Эти микрофильмы продемонстрировали зрителям, и в их мнениях об эмоциях актера не возникло разногласия. Все ответили, что в первом случае человек голоден и думает о супе, во втором – скорбит, а в третьем – очарован лежащей девушкой.

Но Кулешов-то знал, что лицо актера не менялось. Это был один и тот же кадр, к тому же снятый заранее.

Эксперимент этот родом из кино и известен во всем мире как «Эффект Кулешова», но работает и в литературе. О чем он? О том, что если поставить рядом два кадра – между ними возникает совершенно новый смысл. О том, что содержание последующего кадра меняет содержание предыдущего.

То же происходит и в прозе. Пока вы пишете, сцена за сценой, свой рассказ или роман, к нему все время добавляются новые смыслы. И заметить их часто можно только на этапе монтажа. Вот вы поставили рядом два образа – и между ними возникла связь. Но вот вы поменяли их местами, добавили третий – и эта связь изменилась.

Конечно, когда у вас нарабатывается писательский опыт, вы начинаете видеть все больше и больше сразу. И порой большая идея является сразу. Но совершенно точно писать можно и без нее: пусть приходит, когда ей вздумается – а вам есть чем заняться в ее ожидании.

Шкловский писал, что каждое литературное произведение – это новый монтаж мира, новая неожиданность, новое появление.

Можно ли требовать от этой неожиданности стать нам полностью понятной сразу? Я думаю, что лучше (и эффективнее) доверять истории: если она трогает вас, она найдет отклик и у других. И, пока вы пишете, у вас достаточно времени, чтобы понять, о чем ваша история в самом широком смысле – и проявить этот смысл в тексте. Просто начинайте свои раскопки – с любого места – и вы в конце концов откопаете прекрасный город.

Принято говорить, что книга – это история трансформации героя. Но я думаю, что в хорошей истории меняется не только герой. Меняется и автор. Вы узнаете себя лучше, проходя путь вместе с персонажем. И начинаете видеть совсем другие – куда более масштабные – идеи.

Пока история не написана, мы зачастую еще не знаем, а лишь предчувствуем ее идею. Помните мультфильм «Корпорация монстров», сделанный студией Pixar? Несмотря на то, что Pixar – самая коммерчески успешная анимационная студия в мире за всю историю кинематографа, что над каждым ее мультфильмом работает команда профессионалов, создание некоторых историй занимает у них годы. И начинается работа порой не с большой идеи, а, скажем, с забавного персонажа.

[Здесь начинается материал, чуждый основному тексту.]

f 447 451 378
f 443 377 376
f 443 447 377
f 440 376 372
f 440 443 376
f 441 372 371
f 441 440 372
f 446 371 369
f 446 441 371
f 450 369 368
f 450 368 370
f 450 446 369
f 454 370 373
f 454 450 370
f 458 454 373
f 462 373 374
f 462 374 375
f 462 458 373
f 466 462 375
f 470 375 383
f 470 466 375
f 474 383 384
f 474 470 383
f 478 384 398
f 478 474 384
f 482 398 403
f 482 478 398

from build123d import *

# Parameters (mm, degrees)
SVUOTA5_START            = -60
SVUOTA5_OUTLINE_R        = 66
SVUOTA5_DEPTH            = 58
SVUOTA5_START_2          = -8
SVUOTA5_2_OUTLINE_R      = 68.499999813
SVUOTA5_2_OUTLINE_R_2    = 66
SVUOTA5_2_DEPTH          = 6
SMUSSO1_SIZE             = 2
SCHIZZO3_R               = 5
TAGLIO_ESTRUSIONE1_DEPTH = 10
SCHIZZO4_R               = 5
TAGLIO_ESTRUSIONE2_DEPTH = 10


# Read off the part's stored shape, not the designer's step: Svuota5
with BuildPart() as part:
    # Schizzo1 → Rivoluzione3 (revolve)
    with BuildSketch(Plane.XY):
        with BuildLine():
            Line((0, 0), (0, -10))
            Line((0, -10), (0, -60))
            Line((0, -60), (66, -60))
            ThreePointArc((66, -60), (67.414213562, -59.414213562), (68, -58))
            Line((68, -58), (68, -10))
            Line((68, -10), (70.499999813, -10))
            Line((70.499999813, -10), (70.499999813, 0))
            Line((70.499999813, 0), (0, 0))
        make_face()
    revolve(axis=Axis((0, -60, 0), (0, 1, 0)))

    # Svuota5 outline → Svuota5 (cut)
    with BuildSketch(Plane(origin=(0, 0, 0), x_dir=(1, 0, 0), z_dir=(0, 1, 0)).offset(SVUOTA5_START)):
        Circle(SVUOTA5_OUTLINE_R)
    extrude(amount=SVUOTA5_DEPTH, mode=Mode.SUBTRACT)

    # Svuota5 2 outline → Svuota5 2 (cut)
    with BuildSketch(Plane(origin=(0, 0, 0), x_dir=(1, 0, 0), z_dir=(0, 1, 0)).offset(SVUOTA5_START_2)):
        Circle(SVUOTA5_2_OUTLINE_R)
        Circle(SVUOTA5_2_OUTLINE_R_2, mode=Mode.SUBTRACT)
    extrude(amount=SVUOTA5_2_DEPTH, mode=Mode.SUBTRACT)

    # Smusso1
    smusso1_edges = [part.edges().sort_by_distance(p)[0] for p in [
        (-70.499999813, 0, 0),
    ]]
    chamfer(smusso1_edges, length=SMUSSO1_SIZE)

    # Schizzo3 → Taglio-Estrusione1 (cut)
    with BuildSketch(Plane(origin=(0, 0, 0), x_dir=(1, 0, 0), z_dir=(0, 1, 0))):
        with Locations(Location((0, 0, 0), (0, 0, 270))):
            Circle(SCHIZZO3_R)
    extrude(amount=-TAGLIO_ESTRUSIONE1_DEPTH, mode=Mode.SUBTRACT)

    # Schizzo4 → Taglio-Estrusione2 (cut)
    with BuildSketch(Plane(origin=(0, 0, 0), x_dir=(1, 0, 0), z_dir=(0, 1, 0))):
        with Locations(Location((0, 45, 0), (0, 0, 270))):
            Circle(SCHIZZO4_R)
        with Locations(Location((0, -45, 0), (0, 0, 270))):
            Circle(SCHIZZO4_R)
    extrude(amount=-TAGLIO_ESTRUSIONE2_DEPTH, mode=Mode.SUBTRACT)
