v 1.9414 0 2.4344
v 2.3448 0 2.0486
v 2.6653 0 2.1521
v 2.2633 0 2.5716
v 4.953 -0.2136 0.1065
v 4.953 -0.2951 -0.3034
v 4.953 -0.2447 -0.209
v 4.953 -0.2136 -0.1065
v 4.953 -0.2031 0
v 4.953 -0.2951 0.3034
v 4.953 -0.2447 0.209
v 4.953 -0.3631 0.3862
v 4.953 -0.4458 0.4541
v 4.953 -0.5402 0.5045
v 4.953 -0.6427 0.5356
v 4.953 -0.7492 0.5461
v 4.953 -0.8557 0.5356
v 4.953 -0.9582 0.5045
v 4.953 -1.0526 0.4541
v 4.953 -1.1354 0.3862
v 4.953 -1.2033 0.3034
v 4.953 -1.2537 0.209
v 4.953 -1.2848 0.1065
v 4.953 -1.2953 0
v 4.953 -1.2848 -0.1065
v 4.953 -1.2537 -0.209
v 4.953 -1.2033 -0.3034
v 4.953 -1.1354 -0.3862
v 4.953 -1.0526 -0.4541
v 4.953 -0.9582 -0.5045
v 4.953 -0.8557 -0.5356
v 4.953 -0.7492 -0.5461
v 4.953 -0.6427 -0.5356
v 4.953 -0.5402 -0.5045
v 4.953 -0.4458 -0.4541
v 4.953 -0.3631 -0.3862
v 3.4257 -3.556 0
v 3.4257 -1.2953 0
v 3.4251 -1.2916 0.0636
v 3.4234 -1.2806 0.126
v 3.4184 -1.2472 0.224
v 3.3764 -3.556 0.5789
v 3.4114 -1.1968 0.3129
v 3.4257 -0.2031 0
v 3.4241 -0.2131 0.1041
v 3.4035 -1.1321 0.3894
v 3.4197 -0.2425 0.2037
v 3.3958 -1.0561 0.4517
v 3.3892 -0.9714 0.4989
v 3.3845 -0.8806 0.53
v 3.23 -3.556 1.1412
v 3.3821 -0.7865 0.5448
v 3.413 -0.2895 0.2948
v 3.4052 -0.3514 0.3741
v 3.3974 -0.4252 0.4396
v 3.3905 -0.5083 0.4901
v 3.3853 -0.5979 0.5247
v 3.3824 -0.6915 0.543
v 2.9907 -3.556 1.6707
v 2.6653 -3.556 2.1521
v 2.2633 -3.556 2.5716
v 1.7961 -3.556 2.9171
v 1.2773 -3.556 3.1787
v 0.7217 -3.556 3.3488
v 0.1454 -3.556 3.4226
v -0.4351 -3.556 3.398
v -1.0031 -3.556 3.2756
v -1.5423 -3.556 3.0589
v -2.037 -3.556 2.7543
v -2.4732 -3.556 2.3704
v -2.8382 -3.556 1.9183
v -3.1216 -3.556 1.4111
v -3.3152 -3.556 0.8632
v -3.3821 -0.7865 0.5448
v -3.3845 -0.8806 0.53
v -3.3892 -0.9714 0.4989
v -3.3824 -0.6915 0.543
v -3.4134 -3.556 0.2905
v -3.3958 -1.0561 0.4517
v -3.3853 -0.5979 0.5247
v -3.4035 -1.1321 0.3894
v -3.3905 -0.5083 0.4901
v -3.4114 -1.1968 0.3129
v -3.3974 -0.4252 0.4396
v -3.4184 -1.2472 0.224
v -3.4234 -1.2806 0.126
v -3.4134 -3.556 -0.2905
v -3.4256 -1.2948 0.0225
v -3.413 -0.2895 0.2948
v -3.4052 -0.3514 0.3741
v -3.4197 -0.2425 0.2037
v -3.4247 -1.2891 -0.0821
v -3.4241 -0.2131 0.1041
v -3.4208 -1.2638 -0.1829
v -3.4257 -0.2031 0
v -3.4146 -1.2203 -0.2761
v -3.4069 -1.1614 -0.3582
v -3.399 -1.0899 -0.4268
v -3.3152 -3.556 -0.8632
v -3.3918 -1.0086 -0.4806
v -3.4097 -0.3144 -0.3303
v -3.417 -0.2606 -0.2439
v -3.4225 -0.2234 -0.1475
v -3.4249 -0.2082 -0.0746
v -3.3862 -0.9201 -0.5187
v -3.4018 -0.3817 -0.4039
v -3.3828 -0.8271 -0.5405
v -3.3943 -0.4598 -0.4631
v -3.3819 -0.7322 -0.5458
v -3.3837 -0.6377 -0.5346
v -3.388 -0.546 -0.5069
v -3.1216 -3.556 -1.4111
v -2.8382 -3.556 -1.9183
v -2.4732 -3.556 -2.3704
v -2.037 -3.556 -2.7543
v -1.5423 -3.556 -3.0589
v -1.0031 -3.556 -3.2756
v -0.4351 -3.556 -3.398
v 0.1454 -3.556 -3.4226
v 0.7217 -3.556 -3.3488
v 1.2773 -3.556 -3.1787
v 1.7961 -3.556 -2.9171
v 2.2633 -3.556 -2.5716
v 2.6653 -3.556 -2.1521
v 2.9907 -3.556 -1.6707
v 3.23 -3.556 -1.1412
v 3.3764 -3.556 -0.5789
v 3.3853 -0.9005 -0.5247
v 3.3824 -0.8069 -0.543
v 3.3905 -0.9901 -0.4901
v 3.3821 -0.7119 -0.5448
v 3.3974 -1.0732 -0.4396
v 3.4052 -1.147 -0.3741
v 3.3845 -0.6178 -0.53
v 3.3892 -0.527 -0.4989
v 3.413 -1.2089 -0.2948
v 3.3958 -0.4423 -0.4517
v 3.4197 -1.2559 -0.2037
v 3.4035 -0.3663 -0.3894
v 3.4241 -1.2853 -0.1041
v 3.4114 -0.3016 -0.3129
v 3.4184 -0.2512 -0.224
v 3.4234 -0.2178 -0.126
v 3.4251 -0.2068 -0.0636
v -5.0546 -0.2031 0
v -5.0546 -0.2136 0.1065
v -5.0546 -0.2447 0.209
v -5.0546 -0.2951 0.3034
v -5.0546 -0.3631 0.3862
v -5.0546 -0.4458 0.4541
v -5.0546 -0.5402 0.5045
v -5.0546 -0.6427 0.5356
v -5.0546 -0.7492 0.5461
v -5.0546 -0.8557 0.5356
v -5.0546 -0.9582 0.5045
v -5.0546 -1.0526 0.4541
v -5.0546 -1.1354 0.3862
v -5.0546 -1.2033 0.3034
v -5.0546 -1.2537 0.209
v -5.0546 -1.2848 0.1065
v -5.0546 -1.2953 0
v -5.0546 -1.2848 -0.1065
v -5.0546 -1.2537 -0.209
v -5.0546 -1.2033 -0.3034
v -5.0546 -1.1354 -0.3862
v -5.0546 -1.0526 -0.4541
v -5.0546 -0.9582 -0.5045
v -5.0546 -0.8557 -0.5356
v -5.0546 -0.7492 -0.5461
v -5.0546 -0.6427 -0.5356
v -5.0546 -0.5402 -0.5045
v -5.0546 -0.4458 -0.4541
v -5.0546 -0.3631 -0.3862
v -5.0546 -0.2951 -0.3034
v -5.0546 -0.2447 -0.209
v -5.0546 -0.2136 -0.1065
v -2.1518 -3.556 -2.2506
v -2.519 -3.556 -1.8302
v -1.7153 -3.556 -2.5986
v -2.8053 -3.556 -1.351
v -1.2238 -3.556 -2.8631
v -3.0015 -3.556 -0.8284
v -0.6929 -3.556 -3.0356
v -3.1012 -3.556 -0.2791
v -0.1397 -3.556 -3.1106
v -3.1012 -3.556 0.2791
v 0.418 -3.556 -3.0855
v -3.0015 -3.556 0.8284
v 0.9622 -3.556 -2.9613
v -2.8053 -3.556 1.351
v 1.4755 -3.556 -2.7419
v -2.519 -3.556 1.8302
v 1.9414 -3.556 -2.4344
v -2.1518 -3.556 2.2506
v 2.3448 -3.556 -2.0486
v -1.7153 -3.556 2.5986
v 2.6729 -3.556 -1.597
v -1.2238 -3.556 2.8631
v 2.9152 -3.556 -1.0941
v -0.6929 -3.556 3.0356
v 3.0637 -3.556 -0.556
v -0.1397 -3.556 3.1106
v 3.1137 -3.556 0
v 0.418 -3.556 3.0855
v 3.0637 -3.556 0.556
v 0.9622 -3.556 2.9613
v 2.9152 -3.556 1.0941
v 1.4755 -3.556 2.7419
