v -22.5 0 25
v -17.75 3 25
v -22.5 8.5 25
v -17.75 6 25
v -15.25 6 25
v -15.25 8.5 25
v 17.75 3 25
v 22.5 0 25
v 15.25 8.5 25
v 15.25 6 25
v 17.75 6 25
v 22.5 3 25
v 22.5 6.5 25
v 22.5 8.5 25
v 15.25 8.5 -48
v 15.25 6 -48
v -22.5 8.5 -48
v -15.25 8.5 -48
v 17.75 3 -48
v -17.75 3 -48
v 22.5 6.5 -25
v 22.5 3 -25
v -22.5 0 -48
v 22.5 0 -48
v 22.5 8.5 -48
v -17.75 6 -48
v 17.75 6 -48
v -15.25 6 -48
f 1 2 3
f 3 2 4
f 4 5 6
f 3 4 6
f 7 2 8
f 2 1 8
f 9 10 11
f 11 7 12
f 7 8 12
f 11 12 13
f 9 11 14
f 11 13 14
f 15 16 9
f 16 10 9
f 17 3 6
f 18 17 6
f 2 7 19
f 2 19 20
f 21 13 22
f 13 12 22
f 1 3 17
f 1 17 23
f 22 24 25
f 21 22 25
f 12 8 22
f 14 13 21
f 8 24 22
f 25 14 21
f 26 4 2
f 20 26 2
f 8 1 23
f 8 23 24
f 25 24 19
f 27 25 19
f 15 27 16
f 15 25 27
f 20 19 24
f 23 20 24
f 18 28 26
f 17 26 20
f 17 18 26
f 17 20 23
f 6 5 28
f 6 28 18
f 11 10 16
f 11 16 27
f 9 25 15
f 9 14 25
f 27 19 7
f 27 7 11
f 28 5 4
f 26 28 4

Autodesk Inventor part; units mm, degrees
ref_plane "YZ Plane" through (0, 0, 0) normal (1, 0, 0) x (0, 1, 0)
ref_plane "XZ Plane" through (0, 0, 0) normal (0, 1, 0) x (-1, 0, 0)
ref_plane "XY Plane" through (0, 0, 0) normal (0, 0, 1) x (1, 0, 0)
sketch "Sketch1" plane through (0, 0, 0) normal (0, 1, 0) x (-1, 0, 0)
  line L0 (-32.5, 25) -> (32.5, 25)
  line L1 (32.5, 25) -> (32.5, -25)
  line L2 (32.5, -25) -> (-32.5, -25)
  line L3 (-32.5, -25) -> (-32.5, 25)
  line L4 (-32.5, 25) -> (32.5, -25) construction
  line L5 (32.5, 25) -> (-32.5, -25) construction
  point P0 (0, 0)
  dimension "d0" = 65
  dimension "d1" = 50
extrude "Extrusion1" add sketch "Sketch1" along normal blind 3
sketch "Sketch2" plane through (0, 3, 0) normal (0, 1, 0) x (1, 0, 0)
  line L0 (32.5, 25) -> (-32.5, 25) projected
  line L1 (-18.25, -25) -> (18.25, -25)
  line L2 (18.25, -25) -> (18.25, 25)
  line L3 (18.25, 25) -> (-18.25, 25)
  line L4 (-18.25, 25) -> (-18.25, -25)
  line L5 (-18.25, -25) -> (18.25, 25) construction
  line L6 (18.25, -25) -> (-18.25, 25) construction
  line L7 (-22.5, -25) -> (22.5, -25)
  line L8 (22.5, -25) -> (22.5, 25)
  line L9 (22.5, 25) -> (-22.5, 25)
  line L10 (-22.5, 25) -> (-22.5, -25)
  line L11 (-22.5, -25) -> (22.5, 25) construction
  line L12 (22.5, -25) -> (-22.5, 25) construction
  point P0 (0, 0)
  dimension "d4" = 36.5
  dimension "d5" = 45
extrude "Extrusion2" add sketch "Sketch2" along normal blind 3.5 contours L8 L7 L2 L0 | L4 L7 L10 L0
sketch "Sketch3" plane through (0, 6.5, 0) normal (0, 1, 0) x (1, 0, 0)
  line L0 (-22.5, 25) -> (-32.5, 25) projected
  line L1 (-22.5, 25) -> (-15.25, 25)
  line L2 (-15.25, 25) -> (-15.25, -25)
  line L3 (-15.25, -25) -> (-22.5, -25)
  line L4 (-22.5, -25) -> (-22.5, 25)
  line L5 (-32.5, -25) -> (32.5, -25) projected
  line L6 (32.5, 25) -> (-32.5, 25) projected
  line L7 (22.4999, -25) -> (15.2499, -25)
  line L8 (15.2499, -25) -> (15.2499, 25)
  line L9 (15.2499, 25) -> (22.4999, 25)
  line L10 (22.4999, 25) -> (22.4999, -25)
  point P0 (0, 0)
  dimension "d8" = 7.25
  dimension "d9" = 7.25
extrude "Extrusion3" add sketch "Sketch3" along normal blind 2 contours L1 L2 L3 L4 | L6 L10 L5 L8
sketch "Sketch4" plane through (0, 3, 0) normal (0, 1, 0) x (1, 0, 0)
  line L0 (-22.5, 25) -> (-22.5, -25) projected
  line L1 (-32.5, 25) -> (-32.5, -25) projected
  line L2 (-22.5, 25) -> (-32.5, 25)
  line L3 (-32.5, 25) -> (-32.5, -25)
  line L4 (-32.5, -25) -> (-22.5, -25)
  line L5 (-22.5, -25) -> (-22.5, 25)
  line L6 (22.4999, -25) -> (22.4999, 25) projected
  line L7 (-32.5, -25) -> (32.5, -25) projected
  line L8 (22.4999, 25) -> (32.5, 25)
  line L9 (32.5, 25) -> (32.5, -25)
  line L10 (32.5, -25) -> (22.4999, -25)
  line L11 (22.4999, -25) -> (22.4999, 25)
  point P0 (0, 0)
extrude "Extrusion4" cut sketch "Sketch4" against normal blind 10
sketch "Sketch5" plane through (-18.25, 3, 25) normal (1, 0, 0) x (0, 0, -1)
  line L0 (0, 3.5) -> (50, 3.5) projected
  line L1 (50, 0) -> (0, 0)
  line L2 (0, 0) -> (0, 3.5)
  line L3 (0, 3.5) -> (50, 3.5)
  line L4 (50, 3.5) -> (50, 0)
  point P0 (25, -3)
extrude "Extrusion5" add sketch "Sketch5" along normal blind 0.5
sketch "Sketch6" plane through (18.25, 3, -25) normal (-1, 0, 0) x (0, 0, 1)
  line L0 (50, 0) -> (50, 3.5) projected
  line L1 (0, 0) -> (0, -3) projected
  line L2 (50, 3.5) -> (0, 3.5)
  line L3 (0, 3.5) -> (0, 0)
  line L4 (0, 0) -> (50, 0)
  line L5 (50, 0) -> (50, 3.5)
  point P0 (25, -3)
extrude "Extrusion6" add sketch "Sketch6" along normal blind 0.5
sketch "Sketch7" plane through (0, 6.5, 0) normal (0, -1, 0) x (1, 0, 0)
  line L0 (15.2499, 25) -> (17.75, 25) projected
  line L1 (15.2499, -25) -> (17.75, -25)
  line L2 (17.75, -25) -> (17.75, 25)
  line L3 (17.75, 25) -> (15.2499, 25)
  line L4 (15.2499, 25) -> (15.2499, -25)
  line L5 (-15.25, 25) -> (-17.75, 25)
  line L6 (-17.75, 25) -> (-17.75, -25)
  line L7 (-17.75, -25) -> (-15.25, -25)
  line L8 (-15.25, -25) -> (-15.25, 25)
  point P0 (0, 0)
extrude "Extrusion7" add sketch "Sketch7" along normal blind 0.5
sketch "Sketch8" plane through (-15.25, 8.5, -25) normal (0, 0, -1) x (-1, 0, 0)
  line L0 (0, -2.5) -> (0, 0) projected
  line L1 (0, -2.5) -> (0, 0)
  line L2 (7.25, 0) -> (0, 0) projected
  line L3 (0, 0) -> (7.25, 0)
  line L4 (7.25, 0) -> (7.25, -8.5) projected
  line L5 (7.25, 0) -> (7.25, -8.5)
  line L6 (7.25, -8.5) -> (-37.7499, -8.5) projected
  line L7 (7.25, -8.5) -> (-37.7499, -8.5)
  line L8 (-37.7499, -2) -> (-37.7499, 0) projected
  line L9 (-37.7499, -8.5) -> (-37.7499, 0)
  line L10 (-37.7499, 0) -> (-30.4999, 0) projected
  line L11 (-37.7499, 0) -> (-30.4999, 0)
  line L12 (-30.4999, -2.5) -> (-30.4999, 0) projected
  line L13 (-30.4999, 0) -> (-30.4999, -2.5)
  line L14 (-30.4999, -2.5) -> (-33, -2.5)
  line L15 (-33, -5.5) -> (-33, -2.5) projected
  line L16 (-33, -2.5) -> (-33, -5.5)
  line L17 (-33, -5.5) -> (2.5, -5.5) projected
  line L18 (-33, -5.5) -> (2.5, -5.5)
  line L19 (2.5, -2.5) -> (2.5, -5.5) projected
  line L20 (2.5, -5.5) -> (2.5, -2.5)
  line L21 (0, -2.5) -> (2.5, -2.5) projected
  line L22 (2.5, -2.5) -> (0, -2.5)
  point P0 (-15.25, -8.5)
extrude "Extrusion8" add sketch "Sketch8" along normal blind 23
properties part number "DINsupport"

О том, как рождался мультфильм, рассказывал его создатель Пит Доктер в одном из интервью:

– Когда я начал работать над «Корпорацией монстров», я рассказывал о ней так: это история о монстре, который зарабатывает на жизнь тем, что пугает детей. Это его работа! Он приходит, уходит, ест пончики, говорит о профсоюзных взносах. Мы думали, это классная и веселая идея. И, когда я рассказывал ее людям, они улыбались. Но, когда мы стали переводить эту историю в фильм, зрители скучали, вертелись и говорили: «Я не понимаю, о чем это кино».

В конце концов я понял, что это история не о монстре, который зарабатывает на жизнь тем, что пугает людей. Это история о том, как мужчина становится отцом. Я сам в то время становился отцом…

Идея укрупнилась, не правда ли? Создателям мультфильма понадобилось несколько лет, чтобы понять, о чем же эта история на самом деле. «Правда в том, что наши истории не всегда получаются идеальными с первого раза. И со второго, и с третьего, и с четвертого, вплоть до тридцатого раза» (перевод с английского мой. – Е. О.).

Так часто бывает с автобиографическими историями. Человек начинает писать их, к примеру, фокусируясь на своих переживаниях. Но при работе над текстом ему приходится рассматривать и понимать правду каждого персонажа. Так постепенно он встает над ситуацией – и ему открывается, о чем все это в широком смысле.

Все эти размышления уложила в одну фразу Энн Ламотт, автор книги «Птица за птицей»: «Слушайте свою брокколи! И она научит вас, как ее есть».